**** Exercise inputs
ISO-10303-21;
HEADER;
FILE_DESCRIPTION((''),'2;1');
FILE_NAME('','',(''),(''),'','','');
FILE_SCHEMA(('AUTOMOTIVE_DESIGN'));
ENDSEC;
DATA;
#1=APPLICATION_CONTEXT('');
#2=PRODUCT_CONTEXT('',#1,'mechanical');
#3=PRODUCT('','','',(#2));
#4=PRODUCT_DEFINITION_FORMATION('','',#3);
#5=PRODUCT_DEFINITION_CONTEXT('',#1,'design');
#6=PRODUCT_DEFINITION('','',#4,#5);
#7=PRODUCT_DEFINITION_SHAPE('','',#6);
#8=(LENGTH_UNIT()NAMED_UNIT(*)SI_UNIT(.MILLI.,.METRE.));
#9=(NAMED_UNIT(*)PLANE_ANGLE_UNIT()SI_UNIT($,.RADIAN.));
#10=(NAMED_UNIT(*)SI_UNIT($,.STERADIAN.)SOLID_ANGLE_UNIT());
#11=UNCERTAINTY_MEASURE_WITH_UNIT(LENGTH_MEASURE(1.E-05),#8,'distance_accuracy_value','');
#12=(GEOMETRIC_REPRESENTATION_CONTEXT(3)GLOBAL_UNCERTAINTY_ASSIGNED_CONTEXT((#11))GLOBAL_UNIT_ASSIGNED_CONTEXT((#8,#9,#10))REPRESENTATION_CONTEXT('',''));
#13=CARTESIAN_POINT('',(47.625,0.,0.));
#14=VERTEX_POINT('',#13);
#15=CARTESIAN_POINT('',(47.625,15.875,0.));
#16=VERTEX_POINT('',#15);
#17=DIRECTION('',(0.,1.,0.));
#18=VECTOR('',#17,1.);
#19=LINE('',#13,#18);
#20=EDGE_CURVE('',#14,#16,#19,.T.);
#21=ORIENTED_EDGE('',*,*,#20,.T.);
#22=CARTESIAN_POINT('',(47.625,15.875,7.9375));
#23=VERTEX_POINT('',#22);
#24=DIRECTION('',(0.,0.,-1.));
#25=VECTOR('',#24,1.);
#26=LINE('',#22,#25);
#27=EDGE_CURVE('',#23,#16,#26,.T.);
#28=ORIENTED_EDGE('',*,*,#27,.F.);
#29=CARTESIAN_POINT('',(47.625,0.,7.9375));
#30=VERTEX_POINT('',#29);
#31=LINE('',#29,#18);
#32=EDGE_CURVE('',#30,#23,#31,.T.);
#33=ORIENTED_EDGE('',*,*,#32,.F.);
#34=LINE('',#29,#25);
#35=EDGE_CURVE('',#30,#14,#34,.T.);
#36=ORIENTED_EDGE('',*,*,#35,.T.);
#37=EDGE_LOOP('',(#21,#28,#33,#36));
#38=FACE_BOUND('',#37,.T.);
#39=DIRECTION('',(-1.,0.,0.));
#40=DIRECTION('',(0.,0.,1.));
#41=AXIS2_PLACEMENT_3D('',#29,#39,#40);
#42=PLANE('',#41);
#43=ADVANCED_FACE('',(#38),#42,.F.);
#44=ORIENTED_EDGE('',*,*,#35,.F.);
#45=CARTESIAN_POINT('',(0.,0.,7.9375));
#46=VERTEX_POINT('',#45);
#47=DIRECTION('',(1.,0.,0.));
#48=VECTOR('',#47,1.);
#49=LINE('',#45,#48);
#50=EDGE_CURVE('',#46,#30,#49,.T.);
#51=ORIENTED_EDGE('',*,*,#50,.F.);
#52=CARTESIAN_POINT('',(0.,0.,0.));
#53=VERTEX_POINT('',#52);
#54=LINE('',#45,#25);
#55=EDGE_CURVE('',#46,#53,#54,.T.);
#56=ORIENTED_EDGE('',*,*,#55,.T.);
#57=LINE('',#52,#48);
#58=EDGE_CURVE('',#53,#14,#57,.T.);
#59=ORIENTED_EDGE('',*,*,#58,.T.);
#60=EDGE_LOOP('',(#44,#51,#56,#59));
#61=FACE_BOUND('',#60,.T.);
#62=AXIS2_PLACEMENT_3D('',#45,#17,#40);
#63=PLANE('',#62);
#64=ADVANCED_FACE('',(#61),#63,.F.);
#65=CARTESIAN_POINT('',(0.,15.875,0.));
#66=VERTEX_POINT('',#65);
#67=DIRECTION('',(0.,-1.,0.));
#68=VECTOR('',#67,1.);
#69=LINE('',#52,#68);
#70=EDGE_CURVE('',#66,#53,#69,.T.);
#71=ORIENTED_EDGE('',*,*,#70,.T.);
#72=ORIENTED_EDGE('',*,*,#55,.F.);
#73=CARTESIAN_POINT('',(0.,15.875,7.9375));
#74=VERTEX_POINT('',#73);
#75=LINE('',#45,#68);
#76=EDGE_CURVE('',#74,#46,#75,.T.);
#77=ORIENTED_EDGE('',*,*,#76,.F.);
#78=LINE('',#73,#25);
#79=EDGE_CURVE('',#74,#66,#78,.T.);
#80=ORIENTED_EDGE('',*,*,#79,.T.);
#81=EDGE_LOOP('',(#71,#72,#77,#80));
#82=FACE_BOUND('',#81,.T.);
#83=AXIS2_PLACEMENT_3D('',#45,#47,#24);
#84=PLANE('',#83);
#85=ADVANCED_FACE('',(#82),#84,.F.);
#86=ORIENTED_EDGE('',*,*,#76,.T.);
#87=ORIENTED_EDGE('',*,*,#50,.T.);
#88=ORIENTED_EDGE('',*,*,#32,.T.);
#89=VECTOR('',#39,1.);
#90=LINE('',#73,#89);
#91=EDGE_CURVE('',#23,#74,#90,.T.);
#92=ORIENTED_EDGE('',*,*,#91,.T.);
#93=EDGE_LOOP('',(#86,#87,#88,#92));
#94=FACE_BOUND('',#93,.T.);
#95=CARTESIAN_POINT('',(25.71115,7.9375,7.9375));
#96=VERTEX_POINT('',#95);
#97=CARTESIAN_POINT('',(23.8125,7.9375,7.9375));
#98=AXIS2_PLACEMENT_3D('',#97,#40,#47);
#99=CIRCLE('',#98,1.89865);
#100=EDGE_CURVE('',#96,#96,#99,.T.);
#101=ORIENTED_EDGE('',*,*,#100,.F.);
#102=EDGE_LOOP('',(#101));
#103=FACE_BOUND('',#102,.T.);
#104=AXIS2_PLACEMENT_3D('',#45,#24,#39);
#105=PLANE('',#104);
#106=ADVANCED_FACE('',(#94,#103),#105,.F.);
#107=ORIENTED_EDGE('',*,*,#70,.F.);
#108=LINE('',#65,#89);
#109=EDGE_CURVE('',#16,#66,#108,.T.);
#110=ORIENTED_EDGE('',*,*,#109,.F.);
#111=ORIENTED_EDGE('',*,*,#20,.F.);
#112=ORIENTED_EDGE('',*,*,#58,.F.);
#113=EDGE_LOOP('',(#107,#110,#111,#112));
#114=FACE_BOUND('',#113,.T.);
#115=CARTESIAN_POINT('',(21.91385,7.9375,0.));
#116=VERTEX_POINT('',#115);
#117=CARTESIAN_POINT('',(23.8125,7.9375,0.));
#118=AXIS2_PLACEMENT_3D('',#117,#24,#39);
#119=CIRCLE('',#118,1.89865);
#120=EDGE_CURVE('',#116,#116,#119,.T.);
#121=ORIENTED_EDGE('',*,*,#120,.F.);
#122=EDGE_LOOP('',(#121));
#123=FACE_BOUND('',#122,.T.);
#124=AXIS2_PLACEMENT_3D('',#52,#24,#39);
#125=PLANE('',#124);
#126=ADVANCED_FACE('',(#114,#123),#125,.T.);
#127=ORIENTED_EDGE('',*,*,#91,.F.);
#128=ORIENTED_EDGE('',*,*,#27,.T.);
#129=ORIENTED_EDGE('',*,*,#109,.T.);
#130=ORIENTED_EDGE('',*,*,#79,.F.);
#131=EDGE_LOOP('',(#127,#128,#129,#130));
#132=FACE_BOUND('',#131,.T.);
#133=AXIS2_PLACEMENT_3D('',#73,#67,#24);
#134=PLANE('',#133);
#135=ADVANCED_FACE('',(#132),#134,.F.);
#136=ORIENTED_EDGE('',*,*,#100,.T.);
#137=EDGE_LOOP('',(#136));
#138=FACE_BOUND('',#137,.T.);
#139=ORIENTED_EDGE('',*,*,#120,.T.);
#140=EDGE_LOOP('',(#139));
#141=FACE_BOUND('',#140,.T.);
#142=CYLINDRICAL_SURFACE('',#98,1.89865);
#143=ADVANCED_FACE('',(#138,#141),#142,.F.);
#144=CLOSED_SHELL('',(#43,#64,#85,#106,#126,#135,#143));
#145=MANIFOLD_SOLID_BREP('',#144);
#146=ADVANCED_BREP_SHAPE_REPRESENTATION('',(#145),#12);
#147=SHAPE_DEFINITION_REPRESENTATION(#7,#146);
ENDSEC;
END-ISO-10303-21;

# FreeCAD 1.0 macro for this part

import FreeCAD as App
import Part
import Sketcher

V = App.Vector
Q = App.Units.Quantity

doc = App.newDocument("Part")
body = doc.addObject("PartDesign::Body", "Body")

# Sketch on XY plane
sketch1 = body.newObject("Sketcher::SketchObject", "Sketch")
sketch1.AttachmentSupport = (doc.getObject("XY_Plane"), [""])
sketch1.MapMode = "FlatFace"
sketch1.addGeometry(Part.LineSegment(V(0, 16, 0), V(0, 0, 0)), False)
sketch1.addGeometry(Part.LineSegment(V(0, 0, 0), V(48, 0, 0)), False)
sketch1.addGeometry(Part.LineSegment(V(48, 0, 0), V(48, 16, 0)), False)
sketch1.addGeometry(Part.LineSegment(V(48, 16, 0), V(0, 16, 0)), False)
sketch1.addConstraint(Sketcher.Constraint("Coincident", 0, 2, 1, 1))
sketch1.addConstraint(Sketcher.Constraint("Coincident", 1, 2, 2, 1))
sketch1.addConstraint(Sketcher.Constraint("Coincident", 2, 2, 3, 1))
sketch1.addConstraint(Sketcher.Constraint("Coincident", 3, 2, 0, 1))
sketch1.addConstraint(Sketcher.Constraint("Vertical", 0))
sketch1.addConstraint(Sketcher.Constraint("Horizontal", 1))
sketch1.addConstraint(Sketcher.Constraint("Vertical", 2))
sketch1.addConstraint(Sketcher.Constraint("Horizontal", 3))
sketch1.addConstraint(Sketcher.Constraint("Coincident", 0, 2, -1, 1))
sketch1.addConstraint(Sketcher.Constraint("DistanceX", 1, 1, 1, 2, Q("1.875 in")))
sketch1.addConstraint(Sketcher.Constraint("DistanceY", 0, 2, 0, 1, Q("0.625 in")))
pad1 = body.newObject("PartDesign::Pad", "Pad")
pad1.Profile = sketch1
pad1.Length = Q("0.3125 in")

# Sketch on XY plane
sketch2 = body.newObject("Sketcher::SketchObject", "Sketch001")
sketch2.AttachmentSupport = (doc.getObject("XY_Plane"), [""])
sketch2.MapMode = "FlatFace"
sketch2.AttachmentOffset = App.Placement(V(0, 0, 0.3125 * 25.4), App.Rotation())
sketch2.addGeometry(Part.Circle(V(23.8, 7.9, 0), V(0, 0, 1), 1.9), False)
sketch2.addConstraint(Sketcher.Constraint("Diameter", 0, Q("0.1495 in")))
sketch2.addConstraint(Sketcher.Constraint("DistanceX", -1, 1, 0, 3, Q("0.9375 in")))
sketch2.addConstraint(Sketcher.Constraint("DistanceY", -1, 1, 0, 3, Q("0.3125 in")))
doc.recompute()
hole = body.newObject("PartDesign::Hole", "Hole")
hole.Profile = sketch2
hole.ThreadType = "None"
hole.Diameter = Q("0.1495 in")
hole.DepthType = "Dimension"
hole.Depth = Q("0.3125 in")
hole.DrillPoint = "Flat"

doc.recompute()
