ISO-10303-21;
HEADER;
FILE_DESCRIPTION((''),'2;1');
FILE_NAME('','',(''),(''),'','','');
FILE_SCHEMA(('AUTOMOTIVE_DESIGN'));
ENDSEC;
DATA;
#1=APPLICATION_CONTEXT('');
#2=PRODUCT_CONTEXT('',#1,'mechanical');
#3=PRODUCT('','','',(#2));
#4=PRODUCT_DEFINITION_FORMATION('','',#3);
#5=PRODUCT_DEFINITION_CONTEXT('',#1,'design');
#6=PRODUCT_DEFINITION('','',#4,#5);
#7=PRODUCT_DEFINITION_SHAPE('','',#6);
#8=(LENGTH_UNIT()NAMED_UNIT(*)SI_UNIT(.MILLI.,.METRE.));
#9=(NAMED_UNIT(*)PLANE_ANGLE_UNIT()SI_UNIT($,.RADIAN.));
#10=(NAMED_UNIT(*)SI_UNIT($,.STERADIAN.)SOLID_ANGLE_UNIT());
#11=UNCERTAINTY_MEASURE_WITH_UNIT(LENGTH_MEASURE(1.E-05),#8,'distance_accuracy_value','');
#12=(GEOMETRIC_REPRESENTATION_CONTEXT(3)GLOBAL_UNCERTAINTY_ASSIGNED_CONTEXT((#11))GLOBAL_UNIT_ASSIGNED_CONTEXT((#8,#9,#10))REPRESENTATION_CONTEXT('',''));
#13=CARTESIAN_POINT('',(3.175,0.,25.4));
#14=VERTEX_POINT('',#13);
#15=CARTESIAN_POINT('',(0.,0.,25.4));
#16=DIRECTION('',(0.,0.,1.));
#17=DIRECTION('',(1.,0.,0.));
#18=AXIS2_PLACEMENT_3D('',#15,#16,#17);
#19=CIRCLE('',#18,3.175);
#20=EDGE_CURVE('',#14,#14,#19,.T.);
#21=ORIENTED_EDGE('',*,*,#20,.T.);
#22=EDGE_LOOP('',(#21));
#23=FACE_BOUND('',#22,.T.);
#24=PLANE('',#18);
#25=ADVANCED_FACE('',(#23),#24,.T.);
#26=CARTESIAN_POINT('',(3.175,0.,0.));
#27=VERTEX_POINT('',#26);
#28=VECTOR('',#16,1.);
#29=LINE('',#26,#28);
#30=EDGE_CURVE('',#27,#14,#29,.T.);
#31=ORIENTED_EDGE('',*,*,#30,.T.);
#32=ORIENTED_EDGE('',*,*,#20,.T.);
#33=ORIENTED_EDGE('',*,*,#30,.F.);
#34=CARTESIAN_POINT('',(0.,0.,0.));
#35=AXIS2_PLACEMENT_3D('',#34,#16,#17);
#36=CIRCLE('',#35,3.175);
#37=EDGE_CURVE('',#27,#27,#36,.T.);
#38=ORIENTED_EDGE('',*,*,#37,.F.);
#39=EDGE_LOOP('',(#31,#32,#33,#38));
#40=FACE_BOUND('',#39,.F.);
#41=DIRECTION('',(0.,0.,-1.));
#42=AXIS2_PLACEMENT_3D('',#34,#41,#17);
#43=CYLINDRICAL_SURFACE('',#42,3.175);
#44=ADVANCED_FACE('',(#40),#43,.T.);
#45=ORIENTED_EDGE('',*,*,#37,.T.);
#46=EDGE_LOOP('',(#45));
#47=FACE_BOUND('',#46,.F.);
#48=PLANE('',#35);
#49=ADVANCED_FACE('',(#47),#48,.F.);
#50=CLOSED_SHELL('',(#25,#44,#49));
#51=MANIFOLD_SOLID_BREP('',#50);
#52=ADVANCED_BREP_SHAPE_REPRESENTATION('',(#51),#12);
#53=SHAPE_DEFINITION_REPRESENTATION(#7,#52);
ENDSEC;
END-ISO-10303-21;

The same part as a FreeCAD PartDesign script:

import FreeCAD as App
import Part
import Sketcher
Q = App.Units.Quantity

doc = App.newDocument("Part")
body = doc.addObject("PartDesign::Body", "Body")

# Sketch on XY plane
sketch1 = body.newObject("Sketcher::SketchObject", "Sketch")
sketch1.AttachmentSupport = (doc.getObject("XY_Plane"), [""])
sketch1.MapMode = "FlatFace"
sketch1.addGeometry(Part.Circle(App.Vector(0, 0, 0), App.Vector(0, 0, 1), 3.2), False)
sketch1.addConstraint(Sketcher.Constraint("Coincident", 0, 3, -1, 1))
sketch1.addConstraint(Sketcher.Constraint("Diameter", 0, Q("0.25 in")))
pad1 = body.newObject("PartDesign::Pad", "Pad")
pad1.Profile = sketch1
pad1.Length = Q("1 in")

doc.recompute()
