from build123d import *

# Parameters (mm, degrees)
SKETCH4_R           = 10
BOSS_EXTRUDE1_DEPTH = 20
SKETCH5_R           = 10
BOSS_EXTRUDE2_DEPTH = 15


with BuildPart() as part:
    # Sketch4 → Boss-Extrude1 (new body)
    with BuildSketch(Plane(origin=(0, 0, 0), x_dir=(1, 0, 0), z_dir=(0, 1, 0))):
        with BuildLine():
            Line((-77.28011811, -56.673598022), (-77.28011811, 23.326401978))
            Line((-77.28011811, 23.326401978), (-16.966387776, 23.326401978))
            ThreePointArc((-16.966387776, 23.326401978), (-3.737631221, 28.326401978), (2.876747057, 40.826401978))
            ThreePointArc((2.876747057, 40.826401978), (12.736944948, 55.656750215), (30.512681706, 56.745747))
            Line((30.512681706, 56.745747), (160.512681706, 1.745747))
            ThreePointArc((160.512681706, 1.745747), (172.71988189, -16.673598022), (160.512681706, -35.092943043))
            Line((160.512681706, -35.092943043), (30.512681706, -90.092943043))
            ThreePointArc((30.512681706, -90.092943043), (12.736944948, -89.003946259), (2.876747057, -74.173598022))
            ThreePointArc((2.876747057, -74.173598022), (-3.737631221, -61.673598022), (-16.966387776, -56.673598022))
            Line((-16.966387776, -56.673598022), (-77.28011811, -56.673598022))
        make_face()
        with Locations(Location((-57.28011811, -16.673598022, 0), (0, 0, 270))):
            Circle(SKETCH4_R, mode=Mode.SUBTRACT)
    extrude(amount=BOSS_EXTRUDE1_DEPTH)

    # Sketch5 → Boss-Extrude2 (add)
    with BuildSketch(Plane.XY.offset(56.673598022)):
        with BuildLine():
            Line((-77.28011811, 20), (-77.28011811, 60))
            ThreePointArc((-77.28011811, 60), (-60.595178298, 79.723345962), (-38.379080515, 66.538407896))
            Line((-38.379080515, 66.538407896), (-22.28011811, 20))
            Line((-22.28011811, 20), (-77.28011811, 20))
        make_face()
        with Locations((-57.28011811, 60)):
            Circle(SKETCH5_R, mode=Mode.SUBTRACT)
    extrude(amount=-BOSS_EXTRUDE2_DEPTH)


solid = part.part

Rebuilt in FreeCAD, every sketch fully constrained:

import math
import FreeCAD as App
import Part
import Sketcher

V = App.Vector
Q = App.Units.Quantity

doc = App.newDocument("Part")
body = doc.addObject("PartDesign::Body", "Body")

# Sketch on XZ plane
sketch1 = doc.addObject("Sketcher::SketchObject", "Sketch")
body.addObject(sketch1)
sketch1.AttachmentSupport = (doc.XZ_Plane, [""])
sketch1.MapMode = "FlatFace"
sketch1.addGeometry(Part.LineSegment(V(-77.280118, -23.326402, 0), V(-77.280118, 56.673598, 0)), False)
sketch1.addGeometry(Part.LineSegment(V(-77.280118, 56.673598, 0), V(-16.966388, 56.673598, 0)), False)
sketch1.addGeometry(Part.ArcOfCircle(Part.Circle(V(-16.966388, 76.673598, 0), V(0, 0, 1), 20), math.radians(-90), math.radians(-7.180756)), False)
sketch1.addGeometry(Part.ArcOfCircle(Part.Circle(V(22.719882, 71.673598, 0), V(0, 0, 1), 20), math.radians(67.0679), math.radians(172.819244)), False)
sketch1.addGeometry(Part.LineSegment(V(30.512682, 90.092943, 0), V(160.512682, 35.092943, 0)), False)
sketch1.addGeometry(Part.ArcOfCircle(Part.Circle(V(152.719882, 16.673598, 0), V(0, 0, 1), 20), math.radians(-67.0679), math.radians(67.0679)), False)
sketch1.addGeometry(Part.LineSegment(V(160.512682, -1.745747, 0), V(30.512682, -56.745747, 0)), False)
sketch1.addGeometry(Part.ArcOfCircle(Part.Circle(V(22.719882, -38.326402, 0), V(0, 0, 1), 20), math.radians(-172.819244), math.radians(-67.0679)), False)
sketch1.addGeometry(Part.ArcOfCircle(Part.Circle(V(-16.966388, -43.326402, 0), V(0, 0, 1), 20), math.radians(7.180756), math.radians(90)), False)
sketch1.addGeometry(Part.LineSegment(V(-16.966388, -23.326402, 0), V(-77.280118, -23.326402, 0)), False)
sketch1.addGeometry(Part.Circle(V(-57.280118, 16.673598, 0), V(0, 0, 1), 10), False)
sketch1.addConstraint(Sketcher.Constraint("Coincident", 0, 2, 1, 1))
sketch1.addConstraint(Sketcher.Constraint("Tangent", 1, 2, 2, 1))
sketch1.addConstraint(Sketcher.Constraint("Tangent", 2, 2, 3, 2))
sketch1.addConstraint(Sketcher.Constraint("Tangent", 3, 1, 4, 1))
sketch1.addConstraint(Sketcher.Constraint("Tangent", 4, 2, 5, 2))
sketch1.addConstraint(Sketcher.Constraint("Tangent", 5, 1, 6, 1))
sketch1.addConstraint(Sketcher.Constraint("Tangent", 6, 2, 7, 2))
sketch1.addConstraint(Sketcher.Constraint("Tangent", 7, 1, 8, 1))
sketch1.addConstraint(Sketcher.Constraint("Tangent", 8, 2, 9, 1))
sketch1.addConstraint(Sketcher.Constraint("Coincident", 9, 2, 0, 1))
sketch1.addConstraint(Sketcher.Constraint("Vertical", 0))
sketch1.addConstraint(Sketcher.Constraint("Horizontal", 1))
sketch1.addConstraint(Sketcher.Constraint("Horizontal", 9))
sketch1.addConstraint(Sketcher.Constraint("Equal", 2, 3))
sketch1.addConstraint(Sketcher.Constraint("Equal", 3, 5))
sketch1.addConstraint(Sketcher.Constraint("Equal", 5, 7))
sketch1.addConstraint(Sketcher.Constraint("Equal", 7, 8))
sketch1.addConstraint(Sketcher.Constraint("Horizontal", 5, 3, 10, 3))
sketch1.addConstraint(Sketcher.Constraint("Vertical", 3, 3, 7, 3))
sketch1.addConstraint(Sketcher.Constraint("Vertical", 2, 3, 8, 3))
sketch1.addConstraint(Sketcher.Constraint("Vertical", 4, 2, 5, 1))
sketch1.addConstraint(Sketcher.Constraint("Diameter", 10, Q("20 mm")))
sketch1.addConstraint(Sketcher.Constraint("Radius", 2, Q("20 mm")))
sketch1.addConstraint(Sketcher.Constraint("DistanceY", 0, 1, 0, 2, Q("80 mm")))
sketch1.addConstraint(Sketcher.Constraint("DistanceY", 3, 3, 2, 3, Q("5 mm")))
sketch1.addConstraint(Sketcher.Constraint("DistanceX", 3, 3, 5, 3, Q("130 mm")))
sketch1.addConstraint(Sketcher.Constraint("DistanceX", 10, 3, 3, 3, Q("80 mm")))
sketch1.addConstraint(Sketcher.Constraint("DistanceX", 0, 2, 10, 3, Q("20 mm")))
sketch1.addConstraint(Sketcher.Constraint("DistanceY", -1, 1, 2, 3, Q("76.673598 mm")))
sketch1.addConstraint(Sketcher.Constraint("DistanceX", -1, 1, 3, 3, Q("22.719882 mm")))
pad1 = doc.addObject("PartDesign::Pad", "Pad")
body.addObject(pad1)
pad1.Profile = sketch1
pad1.Length = 20
pad1.Reversed = True

# Sketch on XY plane
sketch2 = doc.addObject("Sketcher::SketchObject", "Sketch001")
body.addObject(sketch2)
sketch2.AttachmentSupport = (doc.XY_Plane, [""])
sketch2.MapMode = "FlatFace"
sketch2.AttachmentOffset = App.Placement(V(0, 0, 56.673598), App.Rotation())
sketch2.addGeometry(Part.LineSegment(V(-77.280118, 60, 0), V(-77.280118, 20, 0)), False)
sketch2.addGeometry(Part.LineSegment(V(-77.280118, 20, 0), V(-22.280118, 20, 0)), False)
sketch2.addGeometry(Part.LineSegment(V(-22.280118, 20, 0), V(-38.379081, 66.538408, 0)), False)
sketch2.addGeometry(Part.ArcOfCircle(Part.Circle(V(-57.280118, 60, 0), V(0, 0, 1), 20), math.radians(19.081962), math.radians(180)), False)
sketch2.addGeometry(Part.Circle(V(-57.280118, 60, 0), V(0, 0, 1), 10), False)
sketch2.addConstraint(Sketcher.Constraint("Coincident", 0, 2, 1, 1))
sketch2.addConstraint(Sketcher.Constraint("Coincident", 1, 2, 2, 1))
sketch2.addConstraint(Sketcher.Constraint("Tangent", 2, 2, 3, 1))
sketch2.addConstraint(Sketcher.Constraint("Tangent", 3, 2, 0, 1))
sketch2.addConstraint(Sketcher.Constraint("Vertical", 0))
sketch2.addConstraint(Sketcher.Constraint("Horizontal", 1))
sketch2.addConstraint(Sketcher.Constraint("Coincident", 4, 3, 3, 3))
sketch2.addConstraint(Sketcher.Constraint("Diameter", 4, Q("20 mm")))
sketch2.addConstraint(Sketcher.Constraint("Radius", 3, Q("20 mm")))
sketch2.addConstraint(Sketcher.Constraint("DistanceX", 1, 1, 1, 2, Q("55 mm")))
sketch2.addConstraint(Sketcher.Constraint("DistanceY", 0, 2, 0, 1, Q("40 mm")))
sketch2.addConstraint(Sketcher.Constraint("DistanceY", -1, 1, 3, 3, Q("60 mm")))
sketch2.addConstraint(Sketcher.Constraint("DistanceX", 3, 3, -1, 1, Q("57.280118 mm")))
pad2 = doc.addObject("PartDesign::Pad", "Pad001")
body.addObject(pad2)
pad2.Profile = sketch2
pad2.Length = 15
pad2.Reversed = True

doc.recompute()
********
### [Task requirements]
Quote every line from the beginning of the entries up to and including the line that contains "#42=PLANE('',#41);".

### [Your solution]
ISO-10303-21;
HEADER;
FILE_DESCRIPTION((''),'2;1');
FILE_NAME('','',(''),(''),'','','');
FILE_SCHEMA(('AUTOMOTIVE_DESIGN'));
ENDSEC;
DATA;
#1=APPLICATION_CONTEXT('');
#2=PRODUCT_CONTEXT('',#1,'mechanical');
#3=PRODUCT('','','',(#2));
#4=PRODUCT_DEFINITION_FORMATION('','',#3);
#5=PRODUCT_DEFINITION_CONTEXT('',#1,'design');
#6=PRODUCT_DEFINITION('','',#4,#5);
#7=PRODUCT_DEFINITION_SHAPE('','',#6);
#8=(LENGTH_UNIT()NAMED_UNIT(*)SI_UNIT(.MILLI.,.METRE.));
#9=(NAMED_UNIT(*)PLANE_ANGLE_UNIT()SI_UNIT($,.RADIAN.));
#10=(NAMED_UNIT(*)SI_UNIT($,.STERADIAN.)SOLID_ANGLE_UNIT());
#11=UNCERTAINTY_MEASURE_WITH_UNIT(LENGTH_MEASURE(1.E-05),#8,'distance_accuracy_value','');
#12=(GEOMETRIC_REPRESENTATION_CONTEXT(3)GLOBAL_UNCERTAINTY_ASSIGNED_CONTEXT((#11))GLOBAL_UNIT_ASSIGNED_CONTEXT((#8,#9,#10))REPRESENTATION_CONTEXT('',''));
#13=CARTESIAN_POINT('',(47.625,0.,0.));
#14=VERTEX_POINT('',#13);
#15=CARTESIAN_POINT('',(47.625,15.875,0.));
#16=VERTEX_POINT('',#15);
#17=DIRECTION('',(0.,1.,0.));
#18=VECTOR('',#17,1.);
#19=LINE('',#13,#18);
#20=EDGE_CURVE('',#14,#16,#19,.T.);
#21=ORIENTED_EDGE('',*,*,#20,.T.);
#22=CARTESIAN_POINT('',(47.625,15.875,7.9375));
#23=VERTEX_POINT('',#22);
#24=DIRECTION('',(0.,0.,-1.));
#25=VECTOR('',#24,1.);
#26=LINE('',#22,#25);
#27=EDGE_CURVE('',#23,#16,#26,.T.);
#28=ORIENTED_EDGE('',*,*,#27,.F.);
#29=CARTESIAN_POINT('',(47.625,0.,7.9375));
#30=VERTEX_POINT('',#29);
#31=LINE('',#29,#18);
#32=EDGE_CURVE('',#30,#23,#31,.T.);
#33=ORIENTED_EDGE('',*,*,#32,.F.);
#34=LINE('',#29,#25);
#35=EDGE_CURVE('',#30,#14,#34,.T.);
#36=ORIENTED_EDGE('',*,*,#35,.T.);
#37=EDGE_LOOP('',(#21,#28,#33,#36));
#38=FACE_BOUND('',#37,.T.);
#39=DIRECTION('',(-1.,0.,0.));
#40=DIRECTION('',(0.,0.,1.));
#41=AXIS2_PLACEMENT_3D('',#29,#39,#40);
#42=PLANE('',#41);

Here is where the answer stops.